# THE DATA:
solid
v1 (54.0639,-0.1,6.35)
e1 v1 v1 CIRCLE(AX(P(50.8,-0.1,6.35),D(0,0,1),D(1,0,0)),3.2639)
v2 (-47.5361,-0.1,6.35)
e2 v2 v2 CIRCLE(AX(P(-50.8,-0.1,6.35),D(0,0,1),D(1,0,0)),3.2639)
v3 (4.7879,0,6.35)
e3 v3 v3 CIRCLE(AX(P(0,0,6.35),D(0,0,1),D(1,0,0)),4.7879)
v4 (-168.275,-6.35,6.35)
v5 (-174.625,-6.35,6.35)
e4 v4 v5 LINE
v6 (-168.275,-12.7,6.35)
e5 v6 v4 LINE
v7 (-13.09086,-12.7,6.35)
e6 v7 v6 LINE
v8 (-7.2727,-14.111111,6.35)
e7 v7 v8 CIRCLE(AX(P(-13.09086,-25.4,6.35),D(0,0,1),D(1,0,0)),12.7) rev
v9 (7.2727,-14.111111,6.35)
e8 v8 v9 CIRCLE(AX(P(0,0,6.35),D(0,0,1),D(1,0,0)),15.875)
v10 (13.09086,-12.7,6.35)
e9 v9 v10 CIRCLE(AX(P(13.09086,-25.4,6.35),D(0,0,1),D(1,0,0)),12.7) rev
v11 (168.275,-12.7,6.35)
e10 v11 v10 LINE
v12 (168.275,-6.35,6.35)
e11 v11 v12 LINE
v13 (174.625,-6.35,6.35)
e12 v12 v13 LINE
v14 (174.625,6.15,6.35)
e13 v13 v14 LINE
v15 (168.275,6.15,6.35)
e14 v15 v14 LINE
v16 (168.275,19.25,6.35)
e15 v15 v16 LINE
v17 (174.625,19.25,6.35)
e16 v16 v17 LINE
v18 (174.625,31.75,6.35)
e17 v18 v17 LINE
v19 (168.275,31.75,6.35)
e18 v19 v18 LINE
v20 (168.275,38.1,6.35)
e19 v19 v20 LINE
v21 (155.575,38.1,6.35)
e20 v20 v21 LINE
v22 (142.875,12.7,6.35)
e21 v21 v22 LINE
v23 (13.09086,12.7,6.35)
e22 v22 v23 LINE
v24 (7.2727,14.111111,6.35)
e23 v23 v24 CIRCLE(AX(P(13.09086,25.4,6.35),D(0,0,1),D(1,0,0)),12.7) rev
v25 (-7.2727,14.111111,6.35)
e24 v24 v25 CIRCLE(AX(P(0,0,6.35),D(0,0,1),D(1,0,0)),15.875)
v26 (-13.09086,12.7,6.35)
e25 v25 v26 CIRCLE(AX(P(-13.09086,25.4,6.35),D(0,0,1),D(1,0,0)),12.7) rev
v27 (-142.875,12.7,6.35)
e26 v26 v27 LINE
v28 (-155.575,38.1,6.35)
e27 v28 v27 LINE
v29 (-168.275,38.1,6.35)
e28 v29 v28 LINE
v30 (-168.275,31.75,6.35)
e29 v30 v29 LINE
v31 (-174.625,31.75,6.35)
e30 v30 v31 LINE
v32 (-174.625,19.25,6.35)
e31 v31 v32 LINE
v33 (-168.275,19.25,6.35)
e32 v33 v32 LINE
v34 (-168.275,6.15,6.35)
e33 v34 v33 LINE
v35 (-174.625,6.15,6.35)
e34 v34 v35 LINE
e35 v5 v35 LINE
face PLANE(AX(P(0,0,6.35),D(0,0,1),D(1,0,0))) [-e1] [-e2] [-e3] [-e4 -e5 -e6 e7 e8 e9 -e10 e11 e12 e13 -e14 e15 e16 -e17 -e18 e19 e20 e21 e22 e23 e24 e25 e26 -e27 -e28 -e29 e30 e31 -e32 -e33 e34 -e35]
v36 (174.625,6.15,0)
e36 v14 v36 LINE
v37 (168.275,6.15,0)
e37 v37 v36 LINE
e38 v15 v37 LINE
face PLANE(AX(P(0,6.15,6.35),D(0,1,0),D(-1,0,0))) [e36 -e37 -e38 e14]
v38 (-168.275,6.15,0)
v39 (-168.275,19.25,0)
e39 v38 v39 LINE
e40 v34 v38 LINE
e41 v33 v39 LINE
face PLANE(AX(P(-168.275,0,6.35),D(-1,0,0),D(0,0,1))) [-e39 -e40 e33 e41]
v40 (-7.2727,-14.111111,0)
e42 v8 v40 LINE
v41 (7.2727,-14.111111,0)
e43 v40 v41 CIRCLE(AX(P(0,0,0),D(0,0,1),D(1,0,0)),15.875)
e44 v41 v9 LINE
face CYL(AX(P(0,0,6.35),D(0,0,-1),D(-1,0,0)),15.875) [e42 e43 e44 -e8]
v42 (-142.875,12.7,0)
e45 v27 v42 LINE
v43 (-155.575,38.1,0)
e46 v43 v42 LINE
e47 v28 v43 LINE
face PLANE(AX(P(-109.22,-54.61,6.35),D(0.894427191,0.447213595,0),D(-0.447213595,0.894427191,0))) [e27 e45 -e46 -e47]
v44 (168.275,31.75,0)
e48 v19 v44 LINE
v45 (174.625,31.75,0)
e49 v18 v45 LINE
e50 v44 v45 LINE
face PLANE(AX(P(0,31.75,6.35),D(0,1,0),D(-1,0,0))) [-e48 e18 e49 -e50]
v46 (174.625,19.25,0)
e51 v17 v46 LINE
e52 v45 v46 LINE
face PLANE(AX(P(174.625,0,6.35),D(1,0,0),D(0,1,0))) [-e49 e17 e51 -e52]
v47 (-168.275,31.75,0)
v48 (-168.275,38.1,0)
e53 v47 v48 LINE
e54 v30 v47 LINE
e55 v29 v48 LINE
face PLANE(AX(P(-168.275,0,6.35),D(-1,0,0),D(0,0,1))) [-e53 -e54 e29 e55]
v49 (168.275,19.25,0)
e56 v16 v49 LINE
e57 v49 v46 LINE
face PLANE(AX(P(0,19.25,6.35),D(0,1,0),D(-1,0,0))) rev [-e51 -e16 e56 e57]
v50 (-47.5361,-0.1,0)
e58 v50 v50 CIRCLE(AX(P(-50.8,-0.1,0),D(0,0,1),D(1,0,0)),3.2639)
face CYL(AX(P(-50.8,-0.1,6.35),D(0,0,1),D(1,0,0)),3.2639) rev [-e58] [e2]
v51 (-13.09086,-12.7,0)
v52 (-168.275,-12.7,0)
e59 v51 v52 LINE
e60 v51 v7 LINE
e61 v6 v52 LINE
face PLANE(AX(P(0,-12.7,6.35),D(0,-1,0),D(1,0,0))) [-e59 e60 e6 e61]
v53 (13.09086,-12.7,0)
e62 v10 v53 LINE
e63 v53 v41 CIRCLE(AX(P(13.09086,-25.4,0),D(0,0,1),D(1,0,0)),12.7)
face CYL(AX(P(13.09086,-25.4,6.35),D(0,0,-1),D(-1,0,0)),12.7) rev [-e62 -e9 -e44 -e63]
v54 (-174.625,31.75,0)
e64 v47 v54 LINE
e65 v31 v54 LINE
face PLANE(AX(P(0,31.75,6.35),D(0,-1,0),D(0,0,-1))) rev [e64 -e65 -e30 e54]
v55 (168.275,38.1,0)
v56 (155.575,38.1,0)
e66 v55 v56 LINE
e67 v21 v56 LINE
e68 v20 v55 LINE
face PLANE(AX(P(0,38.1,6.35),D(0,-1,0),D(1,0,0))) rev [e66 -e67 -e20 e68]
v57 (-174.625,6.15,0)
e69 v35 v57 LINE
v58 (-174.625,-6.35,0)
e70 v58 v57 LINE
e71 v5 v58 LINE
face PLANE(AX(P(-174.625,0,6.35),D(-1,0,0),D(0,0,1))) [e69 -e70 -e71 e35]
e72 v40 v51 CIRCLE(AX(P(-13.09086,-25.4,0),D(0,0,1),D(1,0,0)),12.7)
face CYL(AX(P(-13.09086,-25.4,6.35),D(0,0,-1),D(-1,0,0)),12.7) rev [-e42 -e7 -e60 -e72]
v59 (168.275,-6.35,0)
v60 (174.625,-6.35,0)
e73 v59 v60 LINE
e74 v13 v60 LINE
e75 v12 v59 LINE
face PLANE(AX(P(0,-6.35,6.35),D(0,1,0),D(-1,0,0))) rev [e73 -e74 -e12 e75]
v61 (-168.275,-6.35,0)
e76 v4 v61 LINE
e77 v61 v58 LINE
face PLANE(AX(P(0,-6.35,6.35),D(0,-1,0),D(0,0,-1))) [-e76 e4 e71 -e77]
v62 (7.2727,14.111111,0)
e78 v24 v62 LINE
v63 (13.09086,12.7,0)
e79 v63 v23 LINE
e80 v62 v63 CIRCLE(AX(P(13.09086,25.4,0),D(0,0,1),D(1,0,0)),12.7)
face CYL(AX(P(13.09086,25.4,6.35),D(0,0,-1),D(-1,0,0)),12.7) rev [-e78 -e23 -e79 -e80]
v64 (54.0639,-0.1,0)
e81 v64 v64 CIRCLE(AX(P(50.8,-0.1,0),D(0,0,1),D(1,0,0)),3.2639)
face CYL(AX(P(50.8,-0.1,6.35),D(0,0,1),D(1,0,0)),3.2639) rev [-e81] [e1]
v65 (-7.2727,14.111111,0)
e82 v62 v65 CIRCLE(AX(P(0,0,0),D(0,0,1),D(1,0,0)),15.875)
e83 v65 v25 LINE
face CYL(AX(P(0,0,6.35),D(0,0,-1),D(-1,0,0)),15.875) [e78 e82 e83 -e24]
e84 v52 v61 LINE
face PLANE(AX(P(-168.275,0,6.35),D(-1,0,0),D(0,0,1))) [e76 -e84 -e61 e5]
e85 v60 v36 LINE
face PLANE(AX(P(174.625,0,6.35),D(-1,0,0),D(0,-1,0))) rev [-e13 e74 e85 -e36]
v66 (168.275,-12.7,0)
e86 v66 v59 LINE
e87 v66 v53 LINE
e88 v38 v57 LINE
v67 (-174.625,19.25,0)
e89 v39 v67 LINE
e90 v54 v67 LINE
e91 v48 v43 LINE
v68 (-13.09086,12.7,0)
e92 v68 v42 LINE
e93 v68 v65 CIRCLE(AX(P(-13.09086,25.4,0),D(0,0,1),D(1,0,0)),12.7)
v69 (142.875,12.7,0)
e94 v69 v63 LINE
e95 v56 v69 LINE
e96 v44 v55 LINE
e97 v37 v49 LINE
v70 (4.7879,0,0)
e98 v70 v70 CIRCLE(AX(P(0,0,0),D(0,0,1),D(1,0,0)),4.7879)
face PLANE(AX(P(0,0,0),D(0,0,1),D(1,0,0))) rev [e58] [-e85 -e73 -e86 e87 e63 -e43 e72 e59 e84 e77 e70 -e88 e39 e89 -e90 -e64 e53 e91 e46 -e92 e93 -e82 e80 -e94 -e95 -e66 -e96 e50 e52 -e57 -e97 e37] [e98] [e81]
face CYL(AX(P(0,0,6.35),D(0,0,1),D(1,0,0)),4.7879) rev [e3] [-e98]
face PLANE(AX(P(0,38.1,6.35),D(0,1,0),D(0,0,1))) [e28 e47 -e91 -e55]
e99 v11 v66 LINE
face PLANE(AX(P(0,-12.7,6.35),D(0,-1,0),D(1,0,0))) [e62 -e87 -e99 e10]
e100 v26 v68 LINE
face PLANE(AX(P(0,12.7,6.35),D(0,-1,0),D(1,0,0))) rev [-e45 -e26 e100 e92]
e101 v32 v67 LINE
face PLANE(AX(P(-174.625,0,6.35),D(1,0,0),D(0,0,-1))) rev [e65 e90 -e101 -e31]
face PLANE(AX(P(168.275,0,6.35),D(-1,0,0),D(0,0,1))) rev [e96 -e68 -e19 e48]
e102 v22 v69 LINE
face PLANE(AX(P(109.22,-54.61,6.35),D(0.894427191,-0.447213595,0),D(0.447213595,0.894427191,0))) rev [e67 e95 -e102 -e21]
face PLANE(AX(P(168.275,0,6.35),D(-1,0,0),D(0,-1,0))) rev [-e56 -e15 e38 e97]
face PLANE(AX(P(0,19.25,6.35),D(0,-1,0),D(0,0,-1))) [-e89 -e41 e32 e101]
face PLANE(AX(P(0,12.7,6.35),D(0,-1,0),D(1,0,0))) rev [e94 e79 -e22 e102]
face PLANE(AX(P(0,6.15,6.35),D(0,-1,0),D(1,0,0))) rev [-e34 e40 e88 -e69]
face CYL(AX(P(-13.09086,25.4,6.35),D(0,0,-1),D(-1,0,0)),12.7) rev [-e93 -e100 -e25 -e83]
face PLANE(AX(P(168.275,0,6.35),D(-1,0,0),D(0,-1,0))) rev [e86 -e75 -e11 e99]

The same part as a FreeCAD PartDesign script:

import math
import FreeCAD as App
import Part
import Sketcher

V = App.Vector
Q = App.Units.Quantity


def edges_at(feature, points):
    """Names of the edges that pass closest to the given points."""
    edges = feature.Shape.Edges
    near = lambda p: min(range(len(edges)), key=lambda i: edges[i].distToShape(Part.Vertex(*p))[0])
    return sorted({f"Edge{near(p) + 1}" for p in points})

doc = App.newDocument("Part")
params = doc.addObject("Spreadsheet::Sheet", "Params")
for row, (alias, value) in enumerate([
    ("sketch1_width", "0.5 in"),
    ("sketch1_radius", "0.625 in"),
    ("sketch1_width2", "0.25 in"),
    ("pad1_length", "0.25 in"),
    ("sketch2_diameter", "0.377 in"),
    ("hole_diameter", "0.377 in"),
    ("fillet_radius", "0.5 in"),
    ("sketch3_diameter", "0.257 in"),
    ("hole2_diameter", "0.257 in"),
], start=1):
    params.set(f"A{row}", alias)
    params.set(f"B{row}", "=" + value)
    params.setAlias(f"B{row}", alias)

body = doc.addObject("PartDesign::Body", "Body")

# Sketch on XY plane
sketch1 = doc.addObject("Sketcher::SketchObject", "Sketch")
body.addObject(sketch1)
sketch1.AttachmentSupport = (doc.XY_Plane, [""])
sketch1.MapMode = "FlatFace"
sketch1.addGeometry(Part.LineSegment(V(-168, -6, 0), V(-168, -13, 0)), False)
sketch1.addGeometry(Part.LineSegment(V(-168, -13, 0), V(-10, -13, 0)), False)
sketch1.addGeometry(Part.ArcOfCircle(Part.Circle(V(0, 0, 0), V(0, 0, 1), 16), math.radians(-127), math.radians(-53)), False)
sketch1.addGeometry(Part.LineSegment(V(10, -13, 0), V(168, -13, 0)), False)
sketch1.addGeometry(Part.LineSegment(V(168, -13, 0), V(168, -6, 0)), False)
sketch1.addGeometry(Part.LineSegment(V(168, -6, 0), V(175, -6, 0)), False)
sketch1.addGeometry(Part.LineSegment(V(175, -6, 0), V(175, 6, 0)), False)
sketch1.addGeometry(Part.LineSegment(V(175, 6, 0), V(168, 6, 0)), False)
sketch1.addGeometry(Part.LineSegment(V(168, 6, 0), V(168, 19, 0)), False)
sketch1.addGeometry(Part.LineSegment(V(168, 19, 0), V(175, 19, 0)), False)
sketch1.addGeometry(Part.LineSegment(V(175, 19, 0), V(175, 32, 0)), False)
sketch1.addGeometry(Part.LineSegment(V(175, 32, 0), V(168, 32, 0)), False)
sketch1.addGeometry(Part.LineSegment(V(168, 32, 0), V(168, 38, 0)), False)
sketch1.addGeometry(Part.LineSegment(V(168, 38, 0), V(156, 38, 0)), False)
sketch1.addGeometry(Part.LineSegment(V(156, 38, 0), V(143, 13, 0)), False)
sketch1.addGeometry(Part.LineSegment(V(143, 13, 0), V(10, 13, 0)), False)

# EXERCISE GOAL:
In exact wording, restate the lines of the data above from the first through the one holding "v10 (13.09086,-12.7,6.35)", and stop after that line.

# WRITTEN ANSWER:
solid
v1 (54.0639,-0.1,6.35)
e1 v1 v1 CIRCLE(AX(P(50.8,-0.1,6.35),D(0,0,1),D(1,0,0)),3.2639)
v2 (-47.5361,-0.1,6.35)
e2 v2 v2 CIRCLE(AX(P(-50.8,-0.1,6.35),D(0,0,1),D(1,0,0)),3.2639)
v3 (4.7879,0,6.35)
e3 v3 v3 CIRCLE(AX(P(0,0,6.35),D(0,0,1),D(1,0,0)),4.7879)
v4 (-168.275,-6.35,6.35)
v5 (-174.625,-6.35,6.35)
e4 v4 v5 LINE
v6 (-168.275,-12.7,6.35)
e5 v6 v4 LINE
v7 (-13.09086,-12.7,6.35)
e6 v7 v6 LINE
v8 (-7.2727,-14.111111,6.35)
e7 v7 v8 CIRCLE(AX(P(-13.09086,-25.4,6.35),D(0,0,1),D(1,0,0)),12.7) rev
v9 (7.2727,-14.111111,6.35)
e8 v8 v9 CIRCLE(AX(P(0,0,6.35),D(0,0,1),D(1,0,0)),15.875)
v10 (13.09086,-12.7,6.35)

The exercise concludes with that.